Computer vision technology is increasingly used in areas such as automatic surveillance systems, self-driving cars, facial recognition, healthcare, and social distancing tools. Users need accurate and reliable visual information to fully exploit the benefits of video analytics applications, but the quality of video data is often affected by environmental factors such as rain, nighttime conditions, or crowds (where many images of people overlap each other in a scene). Using computer vision and deep learning, a team of researchers led by Yale-NUS College Associate Professor of Science (Computer Science) Robby Tan, also from the Engineering Faculty of the National University of Singapore (NUS), has developed new approaches that solve the problem of low level vision in videos caused by rain and nighttime conditions, as well as improving the accuracy of pose estimation 3D human in videos.
The research was presented at the 2021 Computer Vision and Pattern Recognition (CVPR) Conference.
Fight against visibility problems in the event of rain and at night
Nighttime images are affected by low light and man-made light effects such as glare, glare, and spotlights, while rain images are affected by streaks of rain or a build-up of rain (or rain veil effect).
“Many computer vision systems, such as automatic surveillance and self-driving cars, rely on clear visibility of input videos to function well. For example, self-driving cars cannot perform robustly in heavy rain, and automatic CCTV surveillance systems often fail at night, especially if the scenes are dark or there is strong glare or spotlights, ” explained Professor Assoc Tan.
In two separate studies, Assoc Prof Tan and his team introduced deep learning algorithms to improve the quality of night videos and rain videos, respectively. In the first study, they increased brightness while simultaneously suppressing the effects of noise and light (glare, glow, and spotlights) to produce clear nighttime images. This technique is new and meets the challenge of clarity of images and nighttime video when the presence of glare cannot be ignored. In comparison, existing advanced methods fail to deal with glare.
In tropical countries like Singapore where heavy rains are common, the rain veil effect can significantly degrade the visibility of videos.

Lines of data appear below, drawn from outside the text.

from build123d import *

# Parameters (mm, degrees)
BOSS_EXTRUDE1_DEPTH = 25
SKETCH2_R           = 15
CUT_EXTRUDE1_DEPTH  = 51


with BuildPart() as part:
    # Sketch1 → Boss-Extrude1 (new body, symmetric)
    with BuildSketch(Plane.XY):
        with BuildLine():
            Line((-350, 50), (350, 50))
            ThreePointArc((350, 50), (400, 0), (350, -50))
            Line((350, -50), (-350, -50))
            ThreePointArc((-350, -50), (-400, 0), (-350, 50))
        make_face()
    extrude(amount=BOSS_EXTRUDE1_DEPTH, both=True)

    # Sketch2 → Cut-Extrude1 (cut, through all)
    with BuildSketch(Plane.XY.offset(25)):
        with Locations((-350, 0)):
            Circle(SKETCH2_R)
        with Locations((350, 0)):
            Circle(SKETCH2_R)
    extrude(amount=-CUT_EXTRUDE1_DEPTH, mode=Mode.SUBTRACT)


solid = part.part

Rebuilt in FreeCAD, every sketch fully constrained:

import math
import FreeCAD as App
import Part
import Sketcher
from FreeCAD import Vector
Q = App.Units.Quantity

doc = App.newDocument("Part")
body = doc.addObject("PartDesign::Body", "Body")

sketch1 = doc.addObject("Sketcher::SketchObject", "Sketch")
body.addObject(sketch1)
sketch1.AttachmentSupport = (doc.XY_Plane, [""])
sketch1.MapMode = "FlatFace"
sketch1.addGeometry(Part.LineSegment(Vector(350, 50, 0), Vector(-350, 50, 0)), False)
sketch1.addGeometry(Part.ArcOfCircle(Part.Circle(Vector(-350, 0, 0), Vector(0, 0, 1), 50), math.radians(90), math.radians(270)), False)
sketch1.addGeometry(Part.LineSegment(Vector(-350, -50, 0), Vector(350, -50, 0)), False)
sketch1.addGeometry(Part.ArcOfCircle(Part.Circle(Vector(350, 0, 0), Vector(0, 0, 1), 50), math.radians(-90), math.radians(90)), False)
sketch1.addConstraint(Sketcher.Constraint("Tangent", 0, 2, 1, 1))
sketch1.addConstraint(Sketcher.Constraint("Tangent", 1, 2, 2, 1))
sketch1.addConstraint(Sketcher.Constraint("Tangent", 2, 2, 3, 1))
sketch1.addConstraint(Sketcher.Constraint("Tangent", 3, 2, 0, 1))
sketch1.addConstraint(Sketcher.Constraint("Horizontal", 0))
sketch1.addConstraint(Sketcher.Constraint("Horizontal", 2))
sketch1.addConstraint(Sketcher.Constraint("Symmetric", 1, 3, 3, 3, -1, 1))
sketch1.addConstraint(Sketcher.Constraint("Radius", 1, Q("50 mm")))
sketch1.addConstraint(Sketcher.Constraint("DistanceX", 0, 2, 0, 1, Q("700 mm")))
pad1 = doc.addObject("PartDesign::Pad", "Pad")
body.addObject(pad1)
pad1.Profile = sketch1
pad1.Length = 50
pad1.Midplane = True

sketch2 = doc.addObject("Sketcher::SketchObject", "Sketch001")
body.addObject(sketch2)
sketch2.AttachmentSupport = (doc.XY_Plane, [""])
sketch2.MapMode = "FlatFace"
sketch2.AttachmentOffset = App.Placement(Vector(0, 0, 25), App.Rotation())
sketch2.addGeometry(Part.Circle(Vector(-350, 0, 0), Vector(0, 0, 1), 15), False)
sketch2.addGeometry(Part.Circle(Vector(350, 0, 0), Vector(0, 0, 1), 15), False)
sketch2.addConstraint(Sketcher.Constraint("Equal", 0, 1))
sketch2.addConstraint(Sketcher.Constraint("Symmetric", 0, 3, 1, 3, -1, 1))
sketch2.addConstraint(Sketcher.Constraint("PointOnObject", 0, 3, -1))
sketch2.addConstraint(Sketcher.Constraint("Diameter", 0, Q("30 mm")))
sketch2.addConstraint(Sketcher.Constraint("DistanceX", 0, 3, -1, 1, Q("350 mm")))
pocket1 = doc.addObject("PartDesign::Pocket", "Pocket")
body.addObject(pocket1)
pocket1.Profile = sketch2
pocket1.Type = "ThroughAll"

doc.recompute()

In the second study, the researchers introduced a method that uses frame alignment, which allows them to obtain better visual information without being affected by the rain streaks that appear randomly in different frames and affect the quality of the frames. images. Subsequently, they used a mobile camera to use the depth estimate to eliminate the rain haze effect caused by accumulated rain droplets. Unlike existing methods, which focus on removing rain streaks, the new methods can remove both rain streak and the rain haze effect.
3D Human Pose Estimation: Combating Inaccuracy Caused by Overlapping Multiple Humans in Videos
At the CVPR conference, Professor Assoc Tan also presented his team’s research into 3D human pose estimation, which can be used in fields such as video surveillance, video games and sports broadcasting.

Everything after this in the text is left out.